56For Part I

(A)   Figure 56.1 is a histogram showing the results of 1000 repetitions of flipping a fair coin 100 times. The results are the number of times the 100 flips came up with various proportions of heads. Does this look approximately like a normal distribution? Eyeballing this histogram, what is the approximate 95% confidence interval for a fair coin? What is the approximate 99% confidence interval?

A bar graphical representation for 100 coin flips, done 1000 times, where frequency is plotted on the y-axis on a scale of 0–90 and proportion of heads on the x-axis on a scale of 0.34–more.

Figure 56.1

Answer: Yes, it approximates a normal distribution. It looks like about 950 of the 1000 proportions (95%) are in the interval 0.4–0.6. About 50 (5%) of the results have proportions outside this interval, with about 25 (2.5%) on each side (in each tail). Also, although it is hard to eyeball, about 990 of the 1000 proportions (99%) are betwen about 0.37 and about 0.63 inclusive, with about 5 (0.5%) in each tail outside this interval. (Simulating 10,000 repetitions would be better.)

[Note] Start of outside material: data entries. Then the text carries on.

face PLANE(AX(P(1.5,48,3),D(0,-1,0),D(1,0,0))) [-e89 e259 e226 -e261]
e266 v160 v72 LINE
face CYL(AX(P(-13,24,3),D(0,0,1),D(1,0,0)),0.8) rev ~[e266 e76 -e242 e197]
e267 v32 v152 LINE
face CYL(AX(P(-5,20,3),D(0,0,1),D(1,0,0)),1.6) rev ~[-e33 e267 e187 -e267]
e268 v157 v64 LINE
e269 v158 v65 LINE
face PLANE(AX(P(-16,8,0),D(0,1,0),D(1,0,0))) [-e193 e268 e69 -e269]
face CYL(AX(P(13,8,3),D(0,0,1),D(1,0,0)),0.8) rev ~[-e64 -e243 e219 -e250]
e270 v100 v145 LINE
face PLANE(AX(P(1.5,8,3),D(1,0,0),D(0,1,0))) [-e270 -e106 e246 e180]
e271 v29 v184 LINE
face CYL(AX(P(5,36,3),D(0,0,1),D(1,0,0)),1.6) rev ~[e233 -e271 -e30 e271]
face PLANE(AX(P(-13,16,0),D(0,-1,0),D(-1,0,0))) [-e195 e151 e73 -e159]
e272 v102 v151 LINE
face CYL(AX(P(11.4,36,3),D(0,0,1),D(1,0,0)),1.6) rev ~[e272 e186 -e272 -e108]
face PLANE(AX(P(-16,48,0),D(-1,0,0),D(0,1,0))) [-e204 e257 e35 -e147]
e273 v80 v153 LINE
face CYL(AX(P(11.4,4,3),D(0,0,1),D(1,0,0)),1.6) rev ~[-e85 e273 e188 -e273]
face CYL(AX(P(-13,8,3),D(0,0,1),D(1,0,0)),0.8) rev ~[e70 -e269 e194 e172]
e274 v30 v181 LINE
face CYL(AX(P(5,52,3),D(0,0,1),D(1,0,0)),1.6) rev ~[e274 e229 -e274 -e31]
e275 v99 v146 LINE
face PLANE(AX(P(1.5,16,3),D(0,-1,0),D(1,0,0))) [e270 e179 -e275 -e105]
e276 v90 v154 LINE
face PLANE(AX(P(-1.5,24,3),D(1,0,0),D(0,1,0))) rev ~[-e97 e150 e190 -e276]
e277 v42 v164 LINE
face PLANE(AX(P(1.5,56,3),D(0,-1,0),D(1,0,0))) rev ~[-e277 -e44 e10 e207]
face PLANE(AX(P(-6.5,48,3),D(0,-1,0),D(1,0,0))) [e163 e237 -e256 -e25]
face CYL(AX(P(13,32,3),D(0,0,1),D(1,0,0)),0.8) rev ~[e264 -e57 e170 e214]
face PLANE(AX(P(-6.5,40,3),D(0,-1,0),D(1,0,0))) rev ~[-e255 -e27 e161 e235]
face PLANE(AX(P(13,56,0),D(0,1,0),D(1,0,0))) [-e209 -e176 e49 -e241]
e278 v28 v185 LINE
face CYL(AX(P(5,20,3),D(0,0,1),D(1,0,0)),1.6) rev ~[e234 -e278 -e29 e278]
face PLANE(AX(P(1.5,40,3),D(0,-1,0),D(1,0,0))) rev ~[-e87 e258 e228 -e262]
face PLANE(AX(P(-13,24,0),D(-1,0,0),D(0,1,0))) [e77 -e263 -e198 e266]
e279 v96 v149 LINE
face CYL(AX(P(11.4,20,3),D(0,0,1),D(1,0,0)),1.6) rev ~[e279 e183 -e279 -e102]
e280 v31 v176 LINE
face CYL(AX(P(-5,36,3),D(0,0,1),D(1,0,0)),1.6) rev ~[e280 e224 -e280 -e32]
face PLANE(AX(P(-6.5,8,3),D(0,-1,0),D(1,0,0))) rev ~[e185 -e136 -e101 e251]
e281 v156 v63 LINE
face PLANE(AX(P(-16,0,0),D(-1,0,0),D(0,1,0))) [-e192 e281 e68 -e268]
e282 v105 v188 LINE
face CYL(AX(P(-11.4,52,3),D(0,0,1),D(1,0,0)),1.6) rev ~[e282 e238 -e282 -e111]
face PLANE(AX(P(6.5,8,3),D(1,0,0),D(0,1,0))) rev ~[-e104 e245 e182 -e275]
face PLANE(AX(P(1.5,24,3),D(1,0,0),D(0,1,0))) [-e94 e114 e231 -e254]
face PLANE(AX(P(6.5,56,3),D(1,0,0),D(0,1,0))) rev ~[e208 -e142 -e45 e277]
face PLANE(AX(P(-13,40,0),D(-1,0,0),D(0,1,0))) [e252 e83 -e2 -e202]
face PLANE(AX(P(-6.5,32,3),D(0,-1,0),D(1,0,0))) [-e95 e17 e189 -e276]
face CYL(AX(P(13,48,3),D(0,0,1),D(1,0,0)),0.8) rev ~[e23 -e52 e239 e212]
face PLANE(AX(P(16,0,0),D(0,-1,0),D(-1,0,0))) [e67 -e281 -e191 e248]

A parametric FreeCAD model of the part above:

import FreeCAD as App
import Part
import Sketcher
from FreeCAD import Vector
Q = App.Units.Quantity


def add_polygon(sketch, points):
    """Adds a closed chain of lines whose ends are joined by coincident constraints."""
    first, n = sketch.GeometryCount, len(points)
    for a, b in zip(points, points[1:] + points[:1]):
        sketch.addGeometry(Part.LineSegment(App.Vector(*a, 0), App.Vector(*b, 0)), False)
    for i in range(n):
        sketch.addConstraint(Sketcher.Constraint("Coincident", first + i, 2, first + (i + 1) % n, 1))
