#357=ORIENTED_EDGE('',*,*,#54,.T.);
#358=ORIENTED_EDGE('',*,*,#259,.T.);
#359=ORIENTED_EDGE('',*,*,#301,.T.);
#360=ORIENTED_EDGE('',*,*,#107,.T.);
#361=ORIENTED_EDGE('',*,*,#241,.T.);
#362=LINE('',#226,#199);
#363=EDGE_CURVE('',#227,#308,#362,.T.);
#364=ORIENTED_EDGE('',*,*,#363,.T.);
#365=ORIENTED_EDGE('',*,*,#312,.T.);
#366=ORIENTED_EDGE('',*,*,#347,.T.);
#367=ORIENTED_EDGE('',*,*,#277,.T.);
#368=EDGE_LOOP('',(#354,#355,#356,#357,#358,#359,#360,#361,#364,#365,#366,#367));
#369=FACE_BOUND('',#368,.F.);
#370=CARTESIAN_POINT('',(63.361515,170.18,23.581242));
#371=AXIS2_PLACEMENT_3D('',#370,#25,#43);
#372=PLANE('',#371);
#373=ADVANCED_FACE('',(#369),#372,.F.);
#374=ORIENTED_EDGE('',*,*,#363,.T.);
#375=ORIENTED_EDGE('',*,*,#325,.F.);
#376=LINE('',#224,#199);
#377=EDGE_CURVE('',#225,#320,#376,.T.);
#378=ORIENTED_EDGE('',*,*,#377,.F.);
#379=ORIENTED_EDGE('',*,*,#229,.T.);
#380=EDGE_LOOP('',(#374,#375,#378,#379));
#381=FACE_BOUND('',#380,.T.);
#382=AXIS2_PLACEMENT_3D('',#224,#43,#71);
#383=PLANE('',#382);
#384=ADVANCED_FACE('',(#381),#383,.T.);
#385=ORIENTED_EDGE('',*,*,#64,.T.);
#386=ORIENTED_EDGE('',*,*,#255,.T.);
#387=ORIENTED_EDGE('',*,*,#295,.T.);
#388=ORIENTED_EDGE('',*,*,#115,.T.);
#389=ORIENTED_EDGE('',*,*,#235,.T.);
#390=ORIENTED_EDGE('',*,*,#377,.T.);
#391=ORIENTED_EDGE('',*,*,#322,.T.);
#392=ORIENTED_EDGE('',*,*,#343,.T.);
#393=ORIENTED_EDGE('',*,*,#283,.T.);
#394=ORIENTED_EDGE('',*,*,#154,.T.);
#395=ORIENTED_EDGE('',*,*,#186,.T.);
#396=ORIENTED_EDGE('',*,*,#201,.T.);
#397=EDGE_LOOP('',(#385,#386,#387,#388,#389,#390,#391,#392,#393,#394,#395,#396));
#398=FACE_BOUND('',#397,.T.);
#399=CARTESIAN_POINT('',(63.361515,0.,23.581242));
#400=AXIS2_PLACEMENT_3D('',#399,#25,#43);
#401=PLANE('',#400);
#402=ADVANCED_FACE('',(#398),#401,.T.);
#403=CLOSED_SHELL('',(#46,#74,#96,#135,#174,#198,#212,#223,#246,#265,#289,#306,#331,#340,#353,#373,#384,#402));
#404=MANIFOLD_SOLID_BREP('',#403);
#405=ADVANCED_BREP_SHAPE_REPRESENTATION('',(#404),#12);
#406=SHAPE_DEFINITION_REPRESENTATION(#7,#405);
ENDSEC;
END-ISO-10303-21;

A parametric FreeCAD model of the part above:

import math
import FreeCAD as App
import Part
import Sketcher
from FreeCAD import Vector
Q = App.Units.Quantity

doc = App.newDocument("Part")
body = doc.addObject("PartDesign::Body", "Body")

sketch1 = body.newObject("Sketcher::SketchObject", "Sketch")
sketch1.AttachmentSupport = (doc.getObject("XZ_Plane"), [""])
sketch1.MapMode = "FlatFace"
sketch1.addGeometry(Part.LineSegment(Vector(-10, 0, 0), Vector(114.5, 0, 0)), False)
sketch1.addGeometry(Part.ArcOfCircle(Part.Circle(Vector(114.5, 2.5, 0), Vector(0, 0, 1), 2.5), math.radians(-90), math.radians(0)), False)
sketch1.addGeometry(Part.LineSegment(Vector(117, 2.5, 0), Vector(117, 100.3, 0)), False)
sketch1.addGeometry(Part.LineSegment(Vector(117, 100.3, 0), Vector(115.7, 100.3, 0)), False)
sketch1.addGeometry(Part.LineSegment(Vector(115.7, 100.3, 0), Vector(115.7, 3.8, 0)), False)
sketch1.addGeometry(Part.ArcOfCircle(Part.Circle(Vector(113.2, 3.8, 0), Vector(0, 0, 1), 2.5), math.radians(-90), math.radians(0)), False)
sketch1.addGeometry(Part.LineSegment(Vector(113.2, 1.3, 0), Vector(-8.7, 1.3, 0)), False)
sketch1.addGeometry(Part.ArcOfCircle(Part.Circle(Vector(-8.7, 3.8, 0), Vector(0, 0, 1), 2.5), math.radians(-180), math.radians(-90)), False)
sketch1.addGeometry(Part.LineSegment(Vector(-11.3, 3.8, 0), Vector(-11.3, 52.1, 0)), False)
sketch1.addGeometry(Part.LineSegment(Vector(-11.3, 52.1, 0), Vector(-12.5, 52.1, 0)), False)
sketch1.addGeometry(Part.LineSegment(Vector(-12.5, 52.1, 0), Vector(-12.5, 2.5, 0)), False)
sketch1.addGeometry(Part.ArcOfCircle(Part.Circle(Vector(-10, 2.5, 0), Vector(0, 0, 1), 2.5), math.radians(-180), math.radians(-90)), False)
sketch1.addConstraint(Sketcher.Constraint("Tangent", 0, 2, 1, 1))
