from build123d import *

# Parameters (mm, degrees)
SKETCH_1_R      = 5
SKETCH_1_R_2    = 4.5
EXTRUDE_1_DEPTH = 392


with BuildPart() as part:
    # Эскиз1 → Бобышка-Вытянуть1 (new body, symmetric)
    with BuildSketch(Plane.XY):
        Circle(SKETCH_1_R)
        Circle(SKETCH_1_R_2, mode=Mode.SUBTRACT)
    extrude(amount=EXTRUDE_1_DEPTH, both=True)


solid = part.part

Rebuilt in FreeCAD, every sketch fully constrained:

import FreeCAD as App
import Part
import Sketcher

V = App.Vector

doc = App.newDocument("Part")
body = doc.addObject("PartDesign::Body", "Body")

# Sketch on XY plane
sketch1 = body.newObject("Sketcher::SketchObject", "Sketch")
sketch1.AttachmentSupport = (doc.getObject("XY_Plane"), [""])
sketch1.MapMode = "FlatFace"
sketch1.addGeometry([
    Part.Circle(V(0, 0, 0), V(0, 0, 1), 5),
    Part.Circle(V(0, 0, 0), V(0, 0, 1), 4.5),
], False)
sketch1.addConstraint([
    Sketcher.Constraint("Coincident", 0, 3, -1, 1),
    Sketcher.Constraint("Coincident", 1, 3, -1, 1),
    Sketcher.Constraint("Diameter", 0, 10.0),
    Sketcher.Constraint("Diameter", 1, 9.0),
])
pad1 = body.newObject("PartDesign::Pad", "Pad")
pad1.Profile = sketch1
pad1.Length = 784
pad1.Midplane = True

doc.recompute()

(B)   Looking at Table 56.1, check whether your eyeballed 95% confidence interval matches the theoretical results one should obtain when flipping fair coins 100 times. (Recall that the margin of error is the half-width of the 95% confidence interval and can be expressed as a percentage rather than a proportion.)

Table 56.1

Sample size 100 500 1000 1500
Margin of error (%) ±9.80 ±4.38 ±3.10 ±2.53

Answer: Yes, it does. 50% ± 9.8% is about 40–60%, or 0.4–0.6 proportions.

(C) ...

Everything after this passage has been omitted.